Barnes, who won the Man Booker Prize for his most recent novel, The Sense of an Ending (2011), is a stealthy essayist. His tone is urbane and wry, his style pared and sure, but his emotions are stormy. As in his previous essay collection, Nothing to Be Frightened Of (2008), death is Barnes’ theme. Though one wouldn’t think so at the outset as he describes three nineteenth-century balloon flights in England and France enjoyed by three intriguing, eventually interconnected “balloonatics.” There’s rascally Colonel Fred Burnaby; Félix Tournachon, better known as Nadar, the pioneering aerial and portrait photographer; and the “Divine” Sarah Bernhardt. Barnes muses on why being airborne is exhilarating, in spite of one’s being at the mercy of “wind and weather.” The profound metaphorical resonance of Barnes’ fascination with ballooning emerges as he addresses the sudden death of his wife of 30 years and his painful plunge into mourning. This bright wand of a book is testimony to Barnes’ commanding artistry, delving intelligence, and high imagination as he writes of being “griefstruck” with stunningly vital and tonic perception. --Donna Seaman

Review

“An unforgettable book…Visceral, exquisitely crafted, thoughtful and heartbreaking.” —Ellan Allfrey, NPR Best Books of the Year

“Deeply stirring....The metaphoric intensity of what has come before gives Barnes's account of his grief a fierce and fiery kind of momentum.” —John Freeman, The Boston Globe

“Stunning. . . . Levels of Life is deceptively compact but takes us deep. It is as intimate a book as Barnes has ever written, but its beauty—and art—comes from elegant restraint [and] a perspective never seen before.” —Ellen Kanner, The Miami Herald

“A moving tribute to a love and lifelong partner, an examination of grief that personalizes universal emotion effortlessly and beautifully.” —Alexandra Primiani, New York Daily News

“Barnes has distilled his grief—refined and compacted it—and the result is a powerful dirge and slender but shapely work of art.” —Adam Begley, The Daily Beast
 
“A powerful meditation on things that lift us up—literally, as in hot air balloons, and emotionally, as in love—and things that bring us crashing to earth.” —Heller McAlpin, NPR
“Searching, angry, plangent and beautiful. . . . Only a writer of Barnes's stature could sublimate personal pain into something artistically exquisite.” —Malcolm Forbes, Minneapolis Star Tribune
 
“A tour-de-force masterwork. . . a stunningly intricate book that combines history, fiction and memoir in a hybrid form you're unlikely to forget.” —Doug Childers, Richmond Times-Dispatch

“As eloquent as it is soul-shuddering. . . A book about the death of a spouse that is unlike any other—book or spouse—and thus illuminates the singularity as well as the commonality of grieving.” —Kirkus (starred review) 
 
“A precisely composed, often deeply moving hybrid of non-fiction, 'fabulation,' and straightforward reminiscence and contemplation.” —Joyce Carol Oates, The Times Literary Supplement
 
“A remarkable narrative that is as raw in its emotion as it is characteristically elegant in its execution.” – Eileen Battersby, The Irish Times

“A book whose slimness belies its throbbing emotional power.” – Leyla Sanai, The Independent

“A luminous meditation on love and grief.” —Jane Shlling, The Telegraph
 
“At times unbearably sad, but it is also exquisite: a paean of love, and on love, and a book unexpectedly full of life. . . . In time [this] may come to be viewed as the hardest test and finest vindication of [Barnes's] literary powers.” —Rosemary Goring, The Herald (Scotland)

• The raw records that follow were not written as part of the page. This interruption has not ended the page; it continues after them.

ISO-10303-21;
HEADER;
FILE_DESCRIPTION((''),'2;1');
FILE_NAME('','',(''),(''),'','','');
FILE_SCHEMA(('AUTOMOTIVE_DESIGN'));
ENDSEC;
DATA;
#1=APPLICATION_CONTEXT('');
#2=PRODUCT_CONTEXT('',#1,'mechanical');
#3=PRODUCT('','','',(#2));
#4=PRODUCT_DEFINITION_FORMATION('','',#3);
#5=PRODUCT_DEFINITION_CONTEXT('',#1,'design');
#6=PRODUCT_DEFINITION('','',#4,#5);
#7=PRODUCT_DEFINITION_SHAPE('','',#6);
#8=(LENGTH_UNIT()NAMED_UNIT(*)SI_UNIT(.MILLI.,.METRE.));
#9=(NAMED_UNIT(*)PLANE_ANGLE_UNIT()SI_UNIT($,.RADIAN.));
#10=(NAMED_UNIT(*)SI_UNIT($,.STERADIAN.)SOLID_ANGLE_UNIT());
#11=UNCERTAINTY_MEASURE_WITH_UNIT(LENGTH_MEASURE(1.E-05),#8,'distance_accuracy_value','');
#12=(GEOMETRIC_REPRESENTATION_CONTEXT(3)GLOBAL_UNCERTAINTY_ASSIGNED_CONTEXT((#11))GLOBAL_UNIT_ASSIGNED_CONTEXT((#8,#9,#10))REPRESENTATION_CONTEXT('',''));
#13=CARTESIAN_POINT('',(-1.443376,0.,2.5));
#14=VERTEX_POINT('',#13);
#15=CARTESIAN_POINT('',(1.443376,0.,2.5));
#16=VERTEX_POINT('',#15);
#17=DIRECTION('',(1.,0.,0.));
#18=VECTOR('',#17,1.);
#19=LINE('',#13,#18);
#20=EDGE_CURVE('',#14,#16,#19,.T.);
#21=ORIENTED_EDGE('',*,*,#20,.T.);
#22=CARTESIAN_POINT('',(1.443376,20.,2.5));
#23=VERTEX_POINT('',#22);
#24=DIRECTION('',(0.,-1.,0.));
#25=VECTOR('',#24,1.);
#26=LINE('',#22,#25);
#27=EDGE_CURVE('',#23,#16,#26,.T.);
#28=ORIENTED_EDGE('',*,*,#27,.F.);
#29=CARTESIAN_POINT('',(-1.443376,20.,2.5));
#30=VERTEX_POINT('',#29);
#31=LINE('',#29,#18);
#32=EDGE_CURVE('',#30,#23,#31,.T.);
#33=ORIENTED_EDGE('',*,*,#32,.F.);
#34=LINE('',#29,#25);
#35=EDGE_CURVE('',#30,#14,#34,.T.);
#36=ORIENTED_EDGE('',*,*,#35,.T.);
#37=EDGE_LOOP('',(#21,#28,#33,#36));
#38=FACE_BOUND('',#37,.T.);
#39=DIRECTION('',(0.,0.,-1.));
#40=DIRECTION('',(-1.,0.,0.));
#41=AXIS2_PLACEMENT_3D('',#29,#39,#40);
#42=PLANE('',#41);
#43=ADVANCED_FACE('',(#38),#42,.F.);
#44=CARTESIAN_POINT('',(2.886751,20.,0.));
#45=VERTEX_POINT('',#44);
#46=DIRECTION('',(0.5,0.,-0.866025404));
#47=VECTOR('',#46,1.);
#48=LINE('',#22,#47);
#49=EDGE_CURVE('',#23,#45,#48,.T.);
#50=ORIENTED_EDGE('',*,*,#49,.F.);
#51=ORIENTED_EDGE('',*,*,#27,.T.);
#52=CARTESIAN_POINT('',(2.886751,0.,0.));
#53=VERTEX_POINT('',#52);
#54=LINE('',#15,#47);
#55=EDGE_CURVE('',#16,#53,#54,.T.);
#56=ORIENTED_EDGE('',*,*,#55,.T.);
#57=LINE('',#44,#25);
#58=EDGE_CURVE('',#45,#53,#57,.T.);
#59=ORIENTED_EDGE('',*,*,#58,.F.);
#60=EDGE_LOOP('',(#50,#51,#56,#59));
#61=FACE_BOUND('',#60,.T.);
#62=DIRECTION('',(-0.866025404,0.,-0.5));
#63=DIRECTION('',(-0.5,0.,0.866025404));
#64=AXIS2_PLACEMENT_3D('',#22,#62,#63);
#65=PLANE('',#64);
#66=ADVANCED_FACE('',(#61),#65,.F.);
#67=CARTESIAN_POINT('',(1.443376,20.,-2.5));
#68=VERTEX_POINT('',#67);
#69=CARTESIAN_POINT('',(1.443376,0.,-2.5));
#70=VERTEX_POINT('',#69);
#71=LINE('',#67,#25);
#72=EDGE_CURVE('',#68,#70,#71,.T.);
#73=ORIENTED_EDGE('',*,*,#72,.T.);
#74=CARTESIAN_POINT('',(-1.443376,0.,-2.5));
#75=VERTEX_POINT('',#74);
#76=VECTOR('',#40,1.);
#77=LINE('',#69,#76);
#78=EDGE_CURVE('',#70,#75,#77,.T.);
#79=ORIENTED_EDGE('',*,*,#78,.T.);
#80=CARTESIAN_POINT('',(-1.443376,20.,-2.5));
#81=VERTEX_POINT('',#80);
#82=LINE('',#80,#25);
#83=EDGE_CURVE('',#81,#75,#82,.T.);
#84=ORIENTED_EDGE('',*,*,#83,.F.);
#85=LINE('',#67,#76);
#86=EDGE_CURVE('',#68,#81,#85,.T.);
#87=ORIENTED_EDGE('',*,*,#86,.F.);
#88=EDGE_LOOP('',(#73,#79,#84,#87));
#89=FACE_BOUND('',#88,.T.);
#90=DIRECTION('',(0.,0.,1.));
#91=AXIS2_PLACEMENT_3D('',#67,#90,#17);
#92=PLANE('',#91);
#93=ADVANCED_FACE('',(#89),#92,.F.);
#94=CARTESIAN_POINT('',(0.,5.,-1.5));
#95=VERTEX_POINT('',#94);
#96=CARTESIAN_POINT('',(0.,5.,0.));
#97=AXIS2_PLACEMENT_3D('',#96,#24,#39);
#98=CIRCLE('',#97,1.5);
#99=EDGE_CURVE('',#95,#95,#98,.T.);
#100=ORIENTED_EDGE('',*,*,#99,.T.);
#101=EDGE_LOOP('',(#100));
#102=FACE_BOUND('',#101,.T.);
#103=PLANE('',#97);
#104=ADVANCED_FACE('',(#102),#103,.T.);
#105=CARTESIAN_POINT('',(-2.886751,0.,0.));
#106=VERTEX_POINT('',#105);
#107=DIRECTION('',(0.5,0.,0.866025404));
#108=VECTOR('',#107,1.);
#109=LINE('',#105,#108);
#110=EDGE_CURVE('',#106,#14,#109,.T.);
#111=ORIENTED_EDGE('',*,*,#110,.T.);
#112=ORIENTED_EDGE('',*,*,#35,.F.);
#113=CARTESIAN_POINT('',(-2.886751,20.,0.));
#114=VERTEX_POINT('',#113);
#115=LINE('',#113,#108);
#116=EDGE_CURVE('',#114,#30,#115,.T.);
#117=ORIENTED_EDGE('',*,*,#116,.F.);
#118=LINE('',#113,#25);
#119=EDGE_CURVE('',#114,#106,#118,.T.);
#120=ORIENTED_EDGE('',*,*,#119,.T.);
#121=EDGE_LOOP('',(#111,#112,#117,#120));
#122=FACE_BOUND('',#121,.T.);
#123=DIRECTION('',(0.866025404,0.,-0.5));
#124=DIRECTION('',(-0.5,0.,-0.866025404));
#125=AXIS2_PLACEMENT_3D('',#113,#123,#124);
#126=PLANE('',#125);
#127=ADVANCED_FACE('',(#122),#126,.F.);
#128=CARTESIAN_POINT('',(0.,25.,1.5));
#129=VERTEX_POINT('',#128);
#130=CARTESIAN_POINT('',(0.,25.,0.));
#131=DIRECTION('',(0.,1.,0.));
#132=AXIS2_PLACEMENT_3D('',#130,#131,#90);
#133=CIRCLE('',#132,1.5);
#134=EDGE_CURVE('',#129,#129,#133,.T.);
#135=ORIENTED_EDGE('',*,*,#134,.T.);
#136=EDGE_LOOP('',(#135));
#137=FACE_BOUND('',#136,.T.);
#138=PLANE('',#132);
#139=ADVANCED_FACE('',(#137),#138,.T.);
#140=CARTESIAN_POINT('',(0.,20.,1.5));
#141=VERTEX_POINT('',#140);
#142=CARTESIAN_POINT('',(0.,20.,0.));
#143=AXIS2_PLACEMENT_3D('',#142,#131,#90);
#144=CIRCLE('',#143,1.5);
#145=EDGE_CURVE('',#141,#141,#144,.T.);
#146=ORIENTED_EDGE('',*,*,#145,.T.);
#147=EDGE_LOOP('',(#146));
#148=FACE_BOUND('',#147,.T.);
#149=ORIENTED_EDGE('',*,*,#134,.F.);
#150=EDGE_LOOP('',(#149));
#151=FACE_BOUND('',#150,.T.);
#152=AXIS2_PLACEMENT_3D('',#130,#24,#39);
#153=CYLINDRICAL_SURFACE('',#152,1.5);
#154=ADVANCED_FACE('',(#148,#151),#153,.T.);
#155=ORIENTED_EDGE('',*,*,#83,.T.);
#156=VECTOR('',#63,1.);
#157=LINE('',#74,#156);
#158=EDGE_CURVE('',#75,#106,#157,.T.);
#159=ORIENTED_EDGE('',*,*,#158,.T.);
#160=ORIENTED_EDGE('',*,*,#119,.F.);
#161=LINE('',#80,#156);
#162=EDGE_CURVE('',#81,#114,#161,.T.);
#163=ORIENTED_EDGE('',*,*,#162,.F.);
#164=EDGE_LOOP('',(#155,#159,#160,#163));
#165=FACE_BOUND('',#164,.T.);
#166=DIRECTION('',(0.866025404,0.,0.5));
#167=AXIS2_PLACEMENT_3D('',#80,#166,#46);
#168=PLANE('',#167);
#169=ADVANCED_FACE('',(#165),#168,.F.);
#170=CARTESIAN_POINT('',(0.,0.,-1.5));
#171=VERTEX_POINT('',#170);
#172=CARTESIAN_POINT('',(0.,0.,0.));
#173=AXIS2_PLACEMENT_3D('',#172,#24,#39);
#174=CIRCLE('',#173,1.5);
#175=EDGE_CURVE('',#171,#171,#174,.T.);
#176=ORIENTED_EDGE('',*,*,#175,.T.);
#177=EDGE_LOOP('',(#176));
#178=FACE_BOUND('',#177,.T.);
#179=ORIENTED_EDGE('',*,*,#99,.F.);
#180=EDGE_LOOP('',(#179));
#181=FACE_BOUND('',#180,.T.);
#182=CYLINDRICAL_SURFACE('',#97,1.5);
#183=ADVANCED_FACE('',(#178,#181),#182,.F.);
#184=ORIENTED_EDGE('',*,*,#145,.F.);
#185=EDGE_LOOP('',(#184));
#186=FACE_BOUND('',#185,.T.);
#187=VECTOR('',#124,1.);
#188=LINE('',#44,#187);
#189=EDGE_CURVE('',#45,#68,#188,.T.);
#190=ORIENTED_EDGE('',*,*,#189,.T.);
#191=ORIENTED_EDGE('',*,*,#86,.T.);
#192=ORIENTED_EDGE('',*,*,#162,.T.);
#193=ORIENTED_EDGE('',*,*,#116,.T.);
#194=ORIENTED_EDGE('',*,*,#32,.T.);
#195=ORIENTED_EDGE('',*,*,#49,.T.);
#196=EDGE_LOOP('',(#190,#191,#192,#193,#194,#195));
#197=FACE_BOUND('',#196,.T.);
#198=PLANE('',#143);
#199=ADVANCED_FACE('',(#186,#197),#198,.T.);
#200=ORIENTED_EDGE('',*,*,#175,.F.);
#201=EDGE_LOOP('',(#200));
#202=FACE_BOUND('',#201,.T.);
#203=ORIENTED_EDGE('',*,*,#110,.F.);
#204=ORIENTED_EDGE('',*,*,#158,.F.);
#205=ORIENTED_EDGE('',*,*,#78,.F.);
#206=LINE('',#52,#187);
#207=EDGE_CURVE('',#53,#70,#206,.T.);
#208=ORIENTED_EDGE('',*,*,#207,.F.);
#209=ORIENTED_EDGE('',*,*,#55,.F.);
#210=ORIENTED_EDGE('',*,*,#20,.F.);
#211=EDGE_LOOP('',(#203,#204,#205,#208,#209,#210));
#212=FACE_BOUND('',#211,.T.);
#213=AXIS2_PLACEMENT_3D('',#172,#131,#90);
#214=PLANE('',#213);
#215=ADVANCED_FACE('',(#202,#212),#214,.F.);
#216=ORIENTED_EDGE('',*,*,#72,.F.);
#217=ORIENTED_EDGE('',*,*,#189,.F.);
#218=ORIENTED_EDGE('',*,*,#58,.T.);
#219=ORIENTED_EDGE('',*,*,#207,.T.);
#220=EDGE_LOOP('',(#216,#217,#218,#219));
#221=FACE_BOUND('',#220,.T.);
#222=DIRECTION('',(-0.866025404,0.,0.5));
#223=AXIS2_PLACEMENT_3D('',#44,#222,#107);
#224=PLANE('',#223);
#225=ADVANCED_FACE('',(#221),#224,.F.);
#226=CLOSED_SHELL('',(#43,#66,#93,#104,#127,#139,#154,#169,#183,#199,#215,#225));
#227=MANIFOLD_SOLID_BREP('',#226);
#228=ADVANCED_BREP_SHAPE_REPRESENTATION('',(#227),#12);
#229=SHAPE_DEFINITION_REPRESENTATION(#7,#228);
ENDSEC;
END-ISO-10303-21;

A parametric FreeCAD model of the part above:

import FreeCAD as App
import Part
import Sketcher
from FreeCAD import Vector
Q = App.Units.Quantity

doc = App.newDocument("Part")
body = doc.addObject("PartDesign::Body", "Body")

sketch1 = doc.addObject("Sketcher::SketchObject", "Sketch")
body.addObject(sketch1)
sketch1.AttachmentSupport = (doc.XZ_Plane, [""])
sketch1.MapMode = "FlatFace"
sketch1.addGeometry(Part.LineSegment(Vector(2.9, 0, 0), Vector(1.4, -2.5, 0)), False)
sketch1.addGeometry(Part.LineSegment(Vector(1.4, -2.5, 0), Vector(-1.4, -2.5, 0)), False)
sketch1.addGeometry(Part.LineSegment(Vector(-1.4, -2.5, 0), Vector(-2.9, 0, 0)), False)
sketch1.addGeometry(Part.LineSegment(Vector(-2.9, 0, 0), Vector(-1.4, 2.5, 0)), False)
sketch1.addGeometry(Part.LineSegment(Vector(-1.4, 2.5, 0), Vector(1.4, 2.5, 0)), False)
sketch1.addGeometry(Part.LineSegment(Vector(1.4, 2.5, 0), Vector(2.9, 0, 0)), False)
sketch1.addConstraint(Sketcher.Constraint("Coincident", 0, 2, 1, 1))
sketch1.addConstraint(Sketcher.Constraint("Coincident", 1, 2, 2, 1))
sketch1.addConstraint(Sketcher.Constraint("Coincident", 2, 2, 3, 1))
sketch1.addConstraint(Sketcher.Constraint("Coincident", 3, 2, 4, 1))
sketch1.addConstraint(Sketcher.Constraint("Coincident", 4, 2, 5, 1))
sketch1.addConstraint(Sketcher.Constraint("Coincident", 5, 2, 0, 1))
sketch1.addConstraint(Sketcher.Constraint("Horizontal", 1))
sketch1.addConstraint(Sketcher.Constraint("Horizontal", 4))
sketch1.addConstraint(Sketcher.Constraint("Symmetric", 0, 2, 3, 2, -1, 1))
sketch1.addConstraint(Sketcher.Constraint("Symmetric", 2, 2, 5, 2, -1, 1))
sketch1.addConstraint(Sketcher.Constraint("PointOnObject", 2, 2, -1))
sketch1.addConstraint(Sketcher.Constraint("Parallel", 2, 5))
sketch1.addConstraint(Sketcher.Constraint("Vertical", 1, 2, 3, 2))
sketch1.addConstraint(Sketcher.Constraint("Angle", 0, Q("-120 deg")))
sketch1.addConstraint(Sketcher.Constraint("DistanceY", 1, 2, 3, 2, 5.0))
sketch1.addConstraint(Sketcher.Constraint("DistanceX", 1, 2, 1, 1, 2.886751))
pad1 = doc.addObject("PartDesign::Pad", "Pad")
body.addObject(pad1)
pad1.Profile = sketch1
pad1.Length = 20
pad1.Reversed = True

sketch2 = doc.addObject("Sketcher::SketchObject", "Sketch001")
body.addObject(sketch2)
sketch2.AttachmentSupport = (doc.XZ_Plane, [""])
sketch2.MapMode = "FlatFace"
sketch2.AttachmentOffset = App.Placement(Vector(0, 0, -20), App.Rotation())
sketch2.addGeometry(Part.Circle(Vector(0, 0, 0), Vector(0, 0, 1), 1.5), False)
sketch2.addConstraint(Sketcher.Constraint("Coincident", 0, 3, -1, 1))
sketch2.addConstraint(Sketcher.Constraint("Diameter", 0, 3.0))
pad2 = doc.addObject("PartDesign::Pad", "Pad001")
body.addObject(pad2)
pad2.Profile = sketch2
pad2.Length = 5
pad2.Reversed = True

sketch3 = doc.addObject("Sketcher::SketchObject", "Sketch002")
body.addObject(sketch3)
sketch3.AttachmentSupport = (doc.XZ_Plane, [""])
sketch3.MapMode = "FlatFace"
sketch3.addGeometry(Part.Circle(Vector(0, 0, 0), Vector(0, 0, 1), 1.5), False)
sketch3.addConstraint(Sketcher.Constraint("Coincident", 0, 3, -1, 1))
sketch3.addConstraint(Sketcher.Constraint("Diameter", 0, 3.0))
pocket1 = doc.addObject("PartDesign::Pocket", "Pocket")
body.addObject(pocket1)
pocket1.Profile = sketch3
pocket1.Length = 5

doc.recompute()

“Both a supremely crafted artefact and a desolating guidebook to the land of loss.” —John Carey, The Sunday Times

“Spare and beautiful...a book of rare intimacy and honesty about love and grief.  To read it is a privilege.  To have written it is astonishing.” —Ruth Scurr, The Times

“This complex, precise and beautiful book hits you in the solar plexus and leaves you gasping for air. . . . It's an unrestrained, affecting piece of writing, raw and honest and more truthful for its dignity and artistry, every word resonant with its particular pitch. It defies objectivity. Anyone who has loved and suffered loss, or just suffered, should read this book, and re-read it, and re-read it.” —Martin Fletcher, The Independent

“As the slim volume progresses, something not quite central to your vision builds, so that by the end you are blindsided by a quiet devastation. . . . Levels of Life would seem to pull off the impossible: to recreate, on the page, what it is like to be alive in the world.” —Emma Brockes, The Guardian

More About the Author

Julian Barnes is the author of nine novels, including Metroland, Flaubert's Parrot, A History of the World in 10 ½ Chapters, England, England and Arthur and George, and two collections of short stories, Cross Channel and The Lemon Table.

Customer Reviews

A book to read in one sitting.
Patrice J. M. Brendle
He explains the difference between grief and mourning, saying, "I mourn her uncomplicatedly, and absolutely. This is my good luck, and also my bad luck."
J. Offenbach
Julian Barnes books are a marvel .
Mary g Breitenstein

Most Helpful Customer Reviews

83 of 89 people found the following review helpful By FictionFan TOP 500 REVIEWER on April 4, 2013
Format: Kindle Edition
In this short book, Barnes gives an intimate picture of his on-going grief over the death of his wife in 2008. It is not easy reading as it touches on aspects of grief that most of us will have faced at some time and will either still be going through or will with luck have moved on from. He starts with a contemplation of ballooning as a metaphor for love raising us to a higher level, but the bulk of the book is about how he has lived with his grief, including his musings on whether he would or will commit suicide.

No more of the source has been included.